I have a friend who works at the business and he says the manager is all over the place but he likes working there. Should I continue to pursue this job despite the manager’s unreliability? I am in need of a job of some sort.
If you’re willing to take a job where the manager is chaotic and unorganized and doesn’t keep track of his commitments, then sure. That sounds like a loaded statement, but I genuinely mean it. Some people are just fine with that type of thing; if you’re one of them and know what you’d be getting into, then proceed — just realize what you’re being told about how this business operates.
2. Can I leave early when my work is done?
I work remotely and manage a team of 11 employees around the country. My workload is very much under control and I occasionally will work nights and/or weekends to get my work done. My projects are always done on time or ahead of time, and my boss is very complimentary of my and my team’s work.
Since I work remotely, I often have the dilemma of being done with work early and leaving the office before 5. I work at one of our company’s satellite offices, but none of my team members or my boss is there. I still answer emails after I leave, but I don’t see the point of staying if my work for the day is done. What are your thoughts on this? If my work is always done and no one would look for me, is it okay to not log in 40 hours every week?
I say yes, it’s completely fine — but it’s not my opinion that matters on this; it’s your manager’s. If your manager is sensible, she’ll have no issue with this — but it’s worth checking with her to make sure.
3. My manager asks me to do personal scheduling tasks for him
My manager will often ask me to do personal tasks for him that are basically the same as the ones I’m supposed to do for work, but I know they’re for family members. For example, he’ll ask me to schedule a call with his sister. I schedule calls with clients, but it seems inappropriate to me that he asks this for family. He also asked me to add more info to his out-of-town trip scheduling because his wife asked for it. I don’t think he should be using company resources (my time, which could be used doing actual work) to facilitate his personal life.

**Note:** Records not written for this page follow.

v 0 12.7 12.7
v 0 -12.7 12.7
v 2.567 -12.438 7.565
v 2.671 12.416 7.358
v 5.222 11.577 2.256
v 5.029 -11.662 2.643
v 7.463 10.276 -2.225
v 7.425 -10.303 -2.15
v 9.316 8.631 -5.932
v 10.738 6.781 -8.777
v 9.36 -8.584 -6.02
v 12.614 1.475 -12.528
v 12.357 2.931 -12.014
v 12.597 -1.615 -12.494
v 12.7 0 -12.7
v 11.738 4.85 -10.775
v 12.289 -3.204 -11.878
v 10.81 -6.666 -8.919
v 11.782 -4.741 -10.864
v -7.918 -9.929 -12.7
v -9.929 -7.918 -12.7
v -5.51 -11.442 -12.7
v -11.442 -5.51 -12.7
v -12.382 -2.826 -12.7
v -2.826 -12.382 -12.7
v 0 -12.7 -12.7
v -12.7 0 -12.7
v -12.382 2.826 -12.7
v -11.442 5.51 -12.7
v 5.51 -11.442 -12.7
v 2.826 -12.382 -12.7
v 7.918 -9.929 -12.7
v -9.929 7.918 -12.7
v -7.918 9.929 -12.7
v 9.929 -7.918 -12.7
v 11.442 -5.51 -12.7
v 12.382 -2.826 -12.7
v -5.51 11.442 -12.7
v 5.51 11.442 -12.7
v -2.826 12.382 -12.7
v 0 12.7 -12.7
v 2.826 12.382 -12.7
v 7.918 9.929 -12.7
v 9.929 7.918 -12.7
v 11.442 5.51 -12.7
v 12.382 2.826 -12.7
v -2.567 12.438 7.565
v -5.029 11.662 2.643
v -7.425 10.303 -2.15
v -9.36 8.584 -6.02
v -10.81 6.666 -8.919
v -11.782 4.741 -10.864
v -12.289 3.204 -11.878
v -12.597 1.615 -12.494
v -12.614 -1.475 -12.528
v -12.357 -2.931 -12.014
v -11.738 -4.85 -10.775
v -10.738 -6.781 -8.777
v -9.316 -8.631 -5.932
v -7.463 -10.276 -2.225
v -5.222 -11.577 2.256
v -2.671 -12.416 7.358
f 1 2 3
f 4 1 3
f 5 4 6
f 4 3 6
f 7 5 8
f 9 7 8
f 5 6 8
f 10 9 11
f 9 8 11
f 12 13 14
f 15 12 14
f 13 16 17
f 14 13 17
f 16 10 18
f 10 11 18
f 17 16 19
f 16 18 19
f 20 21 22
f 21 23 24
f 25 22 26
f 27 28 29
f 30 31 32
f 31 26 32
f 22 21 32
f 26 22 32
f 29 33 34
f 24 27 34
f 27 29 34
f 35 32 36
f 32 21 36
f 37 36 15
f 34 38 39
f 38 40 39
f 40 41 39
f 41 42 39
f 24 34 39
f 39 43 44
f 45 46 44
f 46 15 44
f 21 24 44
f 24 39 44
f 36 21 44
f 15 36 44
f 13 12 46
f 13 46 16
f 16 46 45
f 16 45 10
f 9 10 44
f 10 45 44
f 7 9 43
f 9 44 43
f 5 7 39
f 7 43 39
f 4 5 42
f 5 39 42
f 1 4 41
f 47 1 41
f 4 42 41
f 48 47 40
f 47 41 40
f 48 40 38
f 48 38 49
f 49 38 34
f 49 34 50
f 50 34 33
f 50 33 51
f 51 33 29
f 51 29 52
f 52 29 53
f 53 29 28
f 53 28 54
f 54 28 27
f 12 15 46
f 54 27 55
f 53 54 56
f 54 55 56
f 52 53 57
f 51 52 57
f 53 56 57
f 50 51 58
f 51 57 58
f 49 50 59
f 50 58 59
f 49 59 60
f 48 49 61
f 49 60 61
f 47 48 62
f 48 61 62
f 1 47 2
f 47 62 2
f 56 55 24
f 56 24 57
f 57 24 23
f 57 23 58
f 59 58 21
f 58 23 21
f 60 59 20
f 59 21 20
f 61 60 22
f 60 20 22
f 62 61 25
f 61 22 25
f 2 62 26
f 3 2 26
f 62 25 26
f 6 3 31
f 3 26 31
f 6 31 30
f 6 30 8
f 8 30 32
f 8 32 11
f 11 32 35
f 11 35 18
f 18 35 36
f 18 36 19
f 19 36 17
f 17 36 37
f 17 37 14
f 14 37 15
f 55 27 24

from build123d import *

# Parameters (mm, degrees)
F0_W     = 25.4
F0_H     = 25.4
F1_DEPTH = 12.7
F3_DEPTH = 12.7
F4_R     = 26.692989
F4_R_2   = 12.7
F5_DEPTH = 12.7


with BuildPart() as f1:
    # F0 (on Top) → F1 (new body, symmetric)
    with BuildSketch(Plane.XY):
        Rectangle(F0_W, F0_H)
    extrude(amount=F1_DEPTH, both=True)

    # F2 (on Front) → F3 (cut, symmetric)
    with BuildSketch(Plane.XZ):
        Polygon((-12.7, -12.7), (0, 12.7), (12.7, -12.7), (26.629834, -12.7), (26.629834, 23.978902), (-32.895677, 23.978902), (-32.895677, -12.7), align=None)
    extrude(amount=F3_DEPTH, both=True, mode=Mode.SUBTRACT)

    # F4 (on Top) → F5 (cut, symmetric)
    with BuildSketch(Plane.XY):
        Circle(F4_R)
        Circle(F4_R_2, mode=Mode.SUBTRACT)
    extrude(amount=F5_DEPTH, both=True, mode=Mode.SUBTRACT)


solid = f1.part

For what it’s worth, the other boss, with the exact same title, didn’t ask this of me. And there are several levels of executives above them. I admit I could be overreacting because I dislike him for other reasons.

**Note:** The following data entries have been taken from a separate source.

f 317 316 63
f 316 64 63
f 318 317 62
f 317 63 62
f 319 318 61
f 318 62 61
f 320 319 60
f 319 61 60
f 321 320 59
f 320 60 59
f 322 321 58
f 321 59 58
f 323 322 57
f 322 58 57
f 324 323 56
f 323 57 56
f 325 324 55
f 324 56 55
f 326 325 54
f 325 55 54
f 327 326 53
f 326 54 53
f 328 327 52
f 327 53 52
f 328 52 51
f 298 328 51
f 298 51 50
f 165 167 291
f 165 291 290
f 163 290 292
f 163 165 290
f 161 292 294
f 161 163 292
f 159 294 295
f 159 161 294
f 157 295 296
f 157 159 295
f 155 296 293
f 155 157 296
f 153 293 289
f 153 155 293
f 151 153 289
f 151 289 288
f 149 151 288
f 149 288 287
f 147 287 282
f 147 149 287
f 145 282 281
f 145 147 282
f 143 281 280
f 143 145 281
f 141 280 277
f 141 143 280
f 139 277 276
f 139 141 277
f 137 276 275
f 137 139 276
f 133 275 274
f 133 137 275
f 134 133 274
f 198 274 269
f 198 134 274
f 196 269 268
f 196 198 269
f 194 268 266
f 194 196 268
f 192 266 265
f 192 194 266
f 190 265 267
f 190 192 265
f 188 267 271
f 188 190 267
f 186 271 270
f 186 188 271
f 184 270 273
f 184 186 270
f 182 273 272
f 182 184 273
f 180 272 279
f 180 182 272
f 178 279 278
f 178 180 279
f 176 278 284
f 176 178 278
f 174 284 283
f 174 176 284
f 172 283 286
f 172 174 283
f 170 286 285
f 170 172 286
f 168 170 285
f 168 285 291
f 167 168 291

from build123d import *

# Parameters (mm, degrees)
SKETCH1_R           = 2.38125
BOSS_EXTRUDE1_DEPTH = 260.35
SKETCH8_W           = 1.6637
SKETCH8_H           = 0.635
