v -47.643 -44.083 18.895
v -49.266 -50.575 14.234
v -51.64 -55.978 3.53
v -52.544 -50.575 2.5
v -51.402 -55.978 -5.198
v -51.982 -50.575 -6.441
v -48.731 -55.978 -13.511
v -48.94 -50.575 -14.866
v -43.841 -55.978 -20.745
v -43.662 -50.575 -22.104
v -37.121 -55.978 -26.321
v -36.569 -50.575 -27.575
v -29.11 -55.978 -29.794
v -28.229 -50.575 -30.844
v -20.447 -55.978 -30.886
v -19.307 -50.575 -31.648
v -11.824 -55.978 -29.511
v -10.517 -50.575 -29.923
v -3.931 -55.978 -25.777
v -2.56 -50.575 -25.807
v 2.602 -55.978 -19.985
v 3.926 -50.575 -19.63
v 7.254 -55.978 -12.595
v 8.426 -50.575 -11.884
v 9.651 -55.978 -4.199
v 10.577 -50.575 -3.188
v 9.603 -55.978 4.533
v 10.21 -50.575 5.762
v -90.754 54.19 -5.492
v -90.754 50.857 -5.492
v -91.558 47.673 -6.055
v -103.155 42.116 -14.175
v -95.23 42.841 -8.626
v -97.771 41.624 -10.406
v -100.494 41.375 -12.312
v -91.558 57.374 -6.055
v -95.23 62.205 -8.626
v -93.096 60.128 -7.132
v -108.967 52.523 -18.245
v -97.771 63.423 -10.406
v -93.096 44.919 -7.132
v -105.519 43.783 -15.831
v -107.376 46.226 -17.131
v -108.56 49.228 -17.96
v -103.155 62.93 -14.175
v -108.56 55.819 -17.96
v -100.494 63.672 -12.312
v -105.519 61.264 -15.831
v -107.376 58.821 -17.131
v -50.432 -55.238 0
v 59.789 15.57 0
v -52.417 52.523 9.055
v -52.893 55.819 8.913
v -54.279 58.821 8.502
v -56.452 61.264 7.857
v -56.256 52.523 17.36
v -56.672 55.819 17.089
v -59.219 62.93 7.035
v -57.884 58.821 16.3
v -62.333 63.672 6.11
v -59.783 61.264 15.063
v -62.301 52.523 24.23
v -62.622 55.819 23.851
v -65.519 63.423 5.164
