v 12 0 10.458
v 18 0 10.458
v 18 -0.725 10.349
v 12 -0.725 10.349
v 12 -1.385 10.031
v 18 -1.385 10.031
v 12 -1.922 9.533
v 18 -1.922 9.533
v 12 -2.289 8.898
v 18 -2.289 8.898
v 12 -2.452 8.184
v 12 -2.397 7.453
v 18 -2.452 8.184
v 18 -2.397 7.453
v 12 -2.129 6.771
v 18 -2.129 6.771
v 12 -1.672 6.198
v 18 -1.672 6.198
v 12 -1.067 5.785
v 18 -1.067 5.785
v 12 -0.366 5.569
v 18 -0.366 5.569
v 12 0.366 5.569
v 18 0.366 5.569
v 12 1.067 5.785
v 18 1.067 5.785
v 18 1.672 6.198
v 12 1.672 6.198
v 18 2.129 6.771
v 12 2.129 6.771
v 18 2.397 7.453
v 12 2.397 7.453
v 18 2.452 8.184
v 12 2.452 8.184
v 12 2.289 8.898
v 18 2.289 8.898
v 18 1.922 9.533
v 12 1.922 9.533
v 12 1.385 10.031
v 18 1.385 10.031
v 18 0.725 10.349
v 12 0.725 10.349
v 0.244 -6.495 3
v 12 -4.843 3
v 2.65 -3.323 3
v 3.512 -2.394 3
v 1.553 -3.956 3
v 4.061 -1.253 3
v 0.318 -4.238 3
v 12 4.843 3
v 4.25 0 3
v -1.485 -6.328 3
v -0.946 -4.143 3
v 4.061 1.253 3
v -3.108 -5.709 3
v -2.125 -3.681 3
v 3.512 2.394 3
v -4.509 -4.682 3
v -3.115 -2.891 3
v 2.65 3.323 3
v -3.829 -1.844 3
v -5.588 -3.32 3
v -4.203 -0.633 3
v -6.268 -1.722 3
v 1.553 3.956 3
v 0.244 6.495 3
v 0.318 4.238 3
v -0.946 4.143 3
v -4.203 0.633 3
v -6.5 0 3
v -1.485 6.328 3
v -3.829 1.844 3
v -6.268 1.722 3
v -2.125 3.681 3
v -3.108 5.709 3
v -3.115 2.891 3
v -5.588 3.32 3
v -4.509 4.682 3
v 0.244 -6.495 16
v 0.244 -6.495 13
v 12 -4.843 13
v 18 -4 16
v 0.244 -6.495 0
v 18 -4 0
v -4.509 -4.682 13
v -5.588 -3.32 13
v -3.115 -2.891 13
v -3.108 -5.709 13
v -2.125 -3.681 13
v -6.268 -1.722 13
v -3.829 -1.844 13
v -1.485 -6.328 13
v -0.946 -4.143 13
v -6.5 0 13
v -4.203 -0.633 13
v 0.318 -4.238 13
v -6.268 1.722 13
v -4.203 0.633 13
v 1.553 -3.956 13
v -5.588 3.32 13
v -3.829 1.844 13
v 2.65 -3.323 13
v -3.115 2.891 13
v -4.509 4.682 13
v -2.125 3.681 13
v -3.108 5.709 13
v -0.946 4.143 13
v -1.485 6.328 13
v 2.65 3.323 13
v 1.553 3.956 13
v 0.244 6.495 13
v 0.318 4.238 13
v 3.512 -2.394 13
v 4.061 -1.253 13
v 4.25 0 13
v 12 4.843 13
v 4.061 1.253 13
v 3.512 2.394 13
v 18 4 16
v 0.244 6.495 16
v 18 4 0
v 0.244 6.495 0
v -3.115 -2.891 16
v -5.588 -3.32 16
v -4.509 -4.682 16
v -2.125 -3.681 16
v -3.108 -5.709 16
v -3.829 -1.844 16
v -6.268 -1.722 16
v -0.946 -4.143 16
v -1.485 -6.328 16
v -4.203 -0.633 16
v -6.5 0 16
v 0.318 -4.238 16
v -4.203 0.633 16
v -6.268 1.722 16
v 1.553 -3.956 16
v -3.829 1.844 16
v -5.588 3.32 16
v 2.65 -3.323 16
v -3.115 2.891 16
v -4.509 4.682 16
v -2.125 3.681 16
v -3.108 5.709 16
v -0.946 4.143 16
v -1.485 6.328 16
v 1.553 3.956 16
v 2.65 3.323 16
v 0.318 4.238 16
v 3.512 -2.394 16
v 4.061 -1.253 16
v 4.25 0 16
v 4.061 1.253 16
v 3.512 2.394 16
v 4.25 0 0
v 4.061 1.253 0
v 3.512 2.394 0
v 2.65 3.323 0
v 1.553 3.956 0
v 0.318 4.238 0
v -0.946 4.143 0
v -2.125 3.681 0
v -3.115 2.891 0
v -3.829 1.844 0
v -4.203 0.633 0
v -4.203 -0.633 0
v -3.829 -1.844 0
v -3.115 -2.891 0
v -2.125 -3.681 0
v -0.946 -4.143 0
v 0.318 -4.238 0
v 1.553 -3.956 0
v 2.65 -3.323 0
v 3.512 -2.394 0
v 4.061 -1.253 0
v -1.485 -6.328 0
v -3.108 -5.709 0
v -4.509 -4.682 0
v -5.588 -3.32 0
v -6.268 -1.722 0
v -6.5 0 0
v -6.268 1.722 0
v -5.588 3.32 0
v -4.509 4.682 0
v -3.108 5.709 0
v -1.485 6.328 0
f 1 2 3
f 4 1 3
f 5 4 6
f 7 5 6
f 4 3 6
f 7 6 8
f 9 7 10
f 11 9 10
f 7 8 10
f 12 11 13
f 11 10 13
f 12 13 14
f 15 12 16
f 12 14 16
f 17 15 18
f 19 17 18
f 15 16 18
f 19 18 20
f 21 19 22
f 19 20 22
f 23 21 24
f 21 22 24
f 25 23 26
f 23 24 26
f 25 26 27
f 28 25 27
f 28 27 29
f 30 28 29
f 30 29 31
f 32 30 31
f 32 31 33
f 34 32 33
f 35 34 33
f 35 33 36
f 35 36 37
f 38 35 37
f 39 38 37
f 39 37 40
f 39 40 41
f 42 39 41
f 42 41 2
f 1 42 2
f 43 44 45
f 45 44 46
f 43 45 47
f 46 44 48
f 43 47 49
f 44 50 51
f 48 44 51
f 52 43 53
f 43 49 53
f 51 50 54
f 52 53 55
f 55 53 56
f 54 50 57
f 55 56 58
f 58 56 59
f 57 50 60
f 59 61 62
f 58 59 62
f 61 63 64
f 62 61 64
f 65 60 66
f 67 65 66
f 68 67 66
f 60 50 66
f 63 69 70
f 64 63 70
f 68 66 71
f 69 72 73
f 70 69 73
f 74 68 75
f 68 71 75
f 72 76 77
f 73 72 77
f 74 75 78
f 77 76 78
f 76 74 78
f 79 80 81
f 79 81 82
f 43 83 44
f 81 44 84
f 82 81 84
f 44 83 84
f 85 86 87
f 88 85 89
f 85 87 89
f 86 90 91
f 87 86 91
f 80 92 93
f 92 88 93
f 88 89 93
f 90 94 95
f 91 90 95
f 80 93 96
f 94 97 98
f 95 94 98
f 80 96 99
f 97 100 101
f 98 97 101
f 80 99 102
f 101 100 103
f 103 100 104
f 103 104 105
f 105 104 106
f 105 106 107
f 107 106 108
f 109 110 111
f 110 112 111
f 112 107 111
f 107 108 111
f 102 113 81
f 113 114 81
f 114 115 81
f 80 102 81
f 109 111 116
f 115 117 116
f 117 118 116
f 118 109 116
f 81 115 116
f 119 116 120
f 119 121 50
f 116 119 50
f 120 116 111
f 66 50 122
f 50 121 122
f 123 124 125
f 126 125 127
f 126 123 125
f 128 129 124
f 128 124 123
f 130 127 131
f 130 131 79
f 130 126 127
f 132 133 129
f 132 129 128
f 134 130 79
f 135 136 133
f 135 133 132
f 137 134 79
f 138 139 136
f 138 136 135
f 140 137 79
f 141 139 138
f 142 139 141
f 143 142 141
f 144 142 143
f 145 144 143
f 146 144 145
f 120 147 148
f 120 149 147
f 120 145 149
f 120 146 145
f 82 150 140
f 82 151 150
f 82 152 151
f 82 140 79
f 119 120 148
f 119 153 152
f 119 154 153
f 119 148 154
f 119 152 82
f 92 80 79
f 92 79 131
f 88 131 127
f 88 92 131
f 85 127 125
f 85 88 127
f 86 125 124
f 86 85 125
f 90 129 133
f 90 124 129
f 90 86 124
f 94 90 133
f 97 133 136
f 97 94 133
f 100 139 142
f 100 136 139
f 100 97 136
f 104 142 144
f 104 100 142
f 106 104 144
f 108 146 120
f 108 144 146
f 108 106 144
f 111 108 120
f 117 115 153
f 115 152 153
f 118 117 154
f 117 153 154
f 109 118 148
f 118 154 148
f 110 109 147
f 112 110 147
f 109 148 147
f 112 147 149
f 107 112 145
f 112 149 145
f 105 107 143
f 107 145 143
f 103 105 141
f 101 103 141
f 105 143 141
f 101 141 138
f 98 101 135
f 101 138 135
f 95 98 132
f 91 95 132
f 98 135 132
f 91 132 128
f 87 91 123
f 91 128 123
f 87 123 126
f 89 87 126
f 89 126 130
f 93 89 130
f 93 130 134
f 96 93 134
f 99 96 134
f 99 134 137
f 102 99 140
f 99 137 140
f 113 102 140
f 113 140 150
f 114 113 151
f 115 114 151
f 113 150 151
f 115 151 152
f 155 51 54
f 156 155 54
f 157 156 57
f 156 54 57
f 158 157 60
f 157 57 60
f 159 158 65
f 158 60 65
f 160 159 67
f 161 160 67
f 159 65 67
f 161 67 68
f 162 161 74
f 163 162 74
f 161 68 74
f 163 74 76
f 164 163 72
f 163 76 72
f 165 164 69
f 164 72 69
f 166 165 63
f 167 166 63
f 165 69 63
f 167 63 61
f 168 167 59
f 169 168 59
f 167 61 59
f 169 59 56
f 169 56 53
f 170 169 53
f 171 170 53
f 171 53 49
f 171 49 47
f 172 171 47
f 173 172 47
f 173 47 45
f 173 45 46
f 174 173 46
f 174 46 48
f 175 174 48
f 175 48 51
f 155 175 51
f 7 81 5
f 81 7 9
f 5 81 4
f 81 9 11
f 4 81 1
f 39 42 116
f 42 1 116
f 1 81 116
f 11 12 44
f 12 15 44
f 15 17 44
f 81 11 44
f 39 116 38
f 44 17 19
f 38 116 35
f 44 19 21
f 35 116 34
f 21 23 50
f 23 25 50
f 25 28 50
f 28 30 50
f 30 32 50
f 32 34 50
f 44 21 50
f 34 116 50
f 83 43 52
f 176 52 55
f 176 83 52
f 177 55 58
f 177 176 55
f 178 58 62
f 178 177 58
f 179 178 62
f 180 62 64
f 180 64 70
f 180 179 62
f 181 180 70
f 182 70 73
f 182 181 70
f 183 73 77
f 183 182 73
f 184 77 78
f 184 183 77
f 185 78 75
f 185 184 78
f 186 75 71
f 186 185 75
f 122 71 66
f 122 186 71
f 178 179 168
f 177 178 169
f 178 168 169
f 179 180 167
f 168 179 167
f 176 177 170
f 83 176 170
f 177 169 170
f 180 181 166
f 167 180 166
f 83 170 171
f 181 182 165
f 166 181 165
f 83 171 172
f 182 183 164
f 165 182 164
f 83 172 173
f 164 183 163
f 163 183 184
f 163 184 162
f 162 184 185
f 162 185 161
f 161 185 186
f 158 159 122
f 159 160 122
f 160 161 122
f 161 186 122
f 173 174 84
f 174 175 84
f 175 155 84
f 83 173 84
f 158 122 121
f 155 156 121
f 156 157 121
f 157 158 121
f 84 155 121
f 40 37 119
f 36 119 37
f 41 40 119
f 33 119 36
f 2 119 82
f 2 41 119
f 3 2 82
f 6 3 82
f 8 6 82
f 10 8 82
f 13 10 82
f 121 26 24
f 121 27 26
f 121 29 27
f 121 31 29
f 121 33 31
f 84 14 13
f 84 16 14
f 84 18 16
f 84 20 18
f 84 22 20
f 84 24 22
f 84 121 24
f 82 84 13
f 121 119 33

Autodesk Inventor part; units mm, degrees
ref_plane "YZ Plane" through (0, 0, 0) normal (1, 0, 0) x (0, 1, 0)
ref_plane "XY Plane" through (0, 0, 0) normal (0, 0, 1) x (1, 0, 0)
sketch "Sketch1" plane through (0, 0, 0) normal (0, 0, 1) x (1, 0, 0)
  arc A0 (0.2442, 6.4954) -> (0.2442, -6.4954) centre (0, 0) ccw
  line L0 (18, 4) -> (18, -4)
  line L1 (18, 4) -> (0.2442, 6.4954)
  line L2 (0.2442, -6.4954) -> (18, -4)
  point P0 (18, 0)
  dimension "d0" = 13
  dimension "d1" = 8
  dimension "d2" = 18
  dimension "d3" = 82
  dimension "d4" = 82
extrude "Extrusion1" add sketch "Sketch1" along normal blind 16
sketch "Sketch2" plane through (0, 0, 16) normal (0, 0, 1) x (1, 0, 0)
  arc A0 (0.2442, 6.4954) -> (0.2442, -6.4954) centre (0, 0) ccw projected
  circle A1 centre (0, 0) radius 4.25
  dimension "d7" = 8.5
extrude "Extrusion2" cut sketch "Sketch2" against normal through all
ref_plane "Work Plane1" through (0, 6.5, 0) normal (0, 1, 0) x (-1, 0, 0)
sketch "Sketch3" plane through (0, 6.5, 0) normal (0, 1, 0) x (-1, 0, 0)
  line L0 (6.5, 0) -> (6.5, 16) projected
  line L1 (6.5, 13) -> (-12, 13)
  line L2 (-12, 13) -> (-12, 3)
  line L3 (-12, 3) -> (6.5, 3)
  line L4 (6.5, 3) -> (6.5, 13)
  line L5 (-18, 0) -> (-18, 16) projected
  line L6 (6.5, 0) -> (-0.2442, 0) projected
  line L7 (6.5, 16) -> (-0.2442, 16) projected
  point P0 (0, 0)
  point P1 (6.5, 3)
  dimension "d11" = 6
  dimension "d12" = 3
  dimension "d13" = 3
extrude "Extrusion3" cut sketch "Sketch3" against normal through all
sketch "Sketch4" plane through (12, -4.8432, 3) normal (-1, 0, 0) x (0, 0, 1)
  line L0 (10, 9.6865) -> (10, 0) projected
  circle A0 centre (5, 4.8432) radius 2.5
  line L1 (-3, 8.8432) -> (13, 8.8432) projected
  point P0 (-3, 4.8432)
  dimension "d16" = 5
  dimension "d17" = 4
  dimension "d18" = 5
hole "Hole1" at (12, 0, 8) direction (1, 0, 0) diameter 4.917 depth 6 thread size "M6x1" class "6H" standard "ANSI Metric M Profile"
properties part number "16C - Con Head Crosshead" material "Steel AISI 1020 107 HR"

If you’re his assistant, and it sounds like you are, it’s not crazy to ask you to do this stuff. Not every manager will (as you’re seeing with the other person you work for), but that doesn’t mean that it’s not legitimate for him to choose to. In fact, if he’s busy and working on high-level projects, there’s an argument that it’s a smart way to use an assistant — to allow him to stay focused on work that benefits the company. And if he’s traveling a lot, it’s not unreasonable to ask for your help in including info that will make it easier on him personally. Ultimately this usually comes down to what’s appropriate or inappropriate in your particular office culture, but there’s nothing inherently wrong with these particular requests.
4. My office is moving further away and my commute will be much longer
My boss told me that my office will be moving to another location, which is about 25 miles further away from my home than the current location. I currently travel 33 miles one way, against traffic, and it takes me about 50 minutes. I will soon have to travel 58 miles one way, plus $2 tolls Monday-Thursday, and $4 on some Fridays (seasonal thing), with traffic, and it will take about 1-1/2 hours. I also have young children who I need to get from child care by 6 pm.
What is a good way to ask for special arrangements in my situation? Is it even appropriate? I have thought about suggesting working from other departments that are more convenient for me, even if my office has to be somewhere else, or working from home. Is it appropriate to ask about an increase in salary even if simply based on the extra travel expenses I will incur? Otherwise, I don’t think I can actually afford to work there anymore.
You can certainly talk to your boss about the impact that the new commute will have on you and ask if it would be possible to work from another office or work from home (possibly only some days, rather than all). It’s a reasonable thing to ask for as long as your work doesn’t require you to be physically present in the new location. She may not say yes, but it’s reasonable to ask.
I would not ask for a salary increase based solely on this, although if you’re doing excellent work and are due for a raise, you could make this part of a raise request (but most of that request should focus on your value to the company).
5. How do I tell my manager that I’m overqualified and ask for higher level work?
Currently I am doing an entry-level customer service job for an underwear company. I have about 5-10 years of customer service experience, as well as salaried positions with Fortune 100 companies.
I have been in this position for a year. My stats are higher than average. I am on the same level as employees that have been in the same position for 3, 4 and 5 years. How do I ask/tell my manager I am overqualified and am looking to gain supervisorial / management experience?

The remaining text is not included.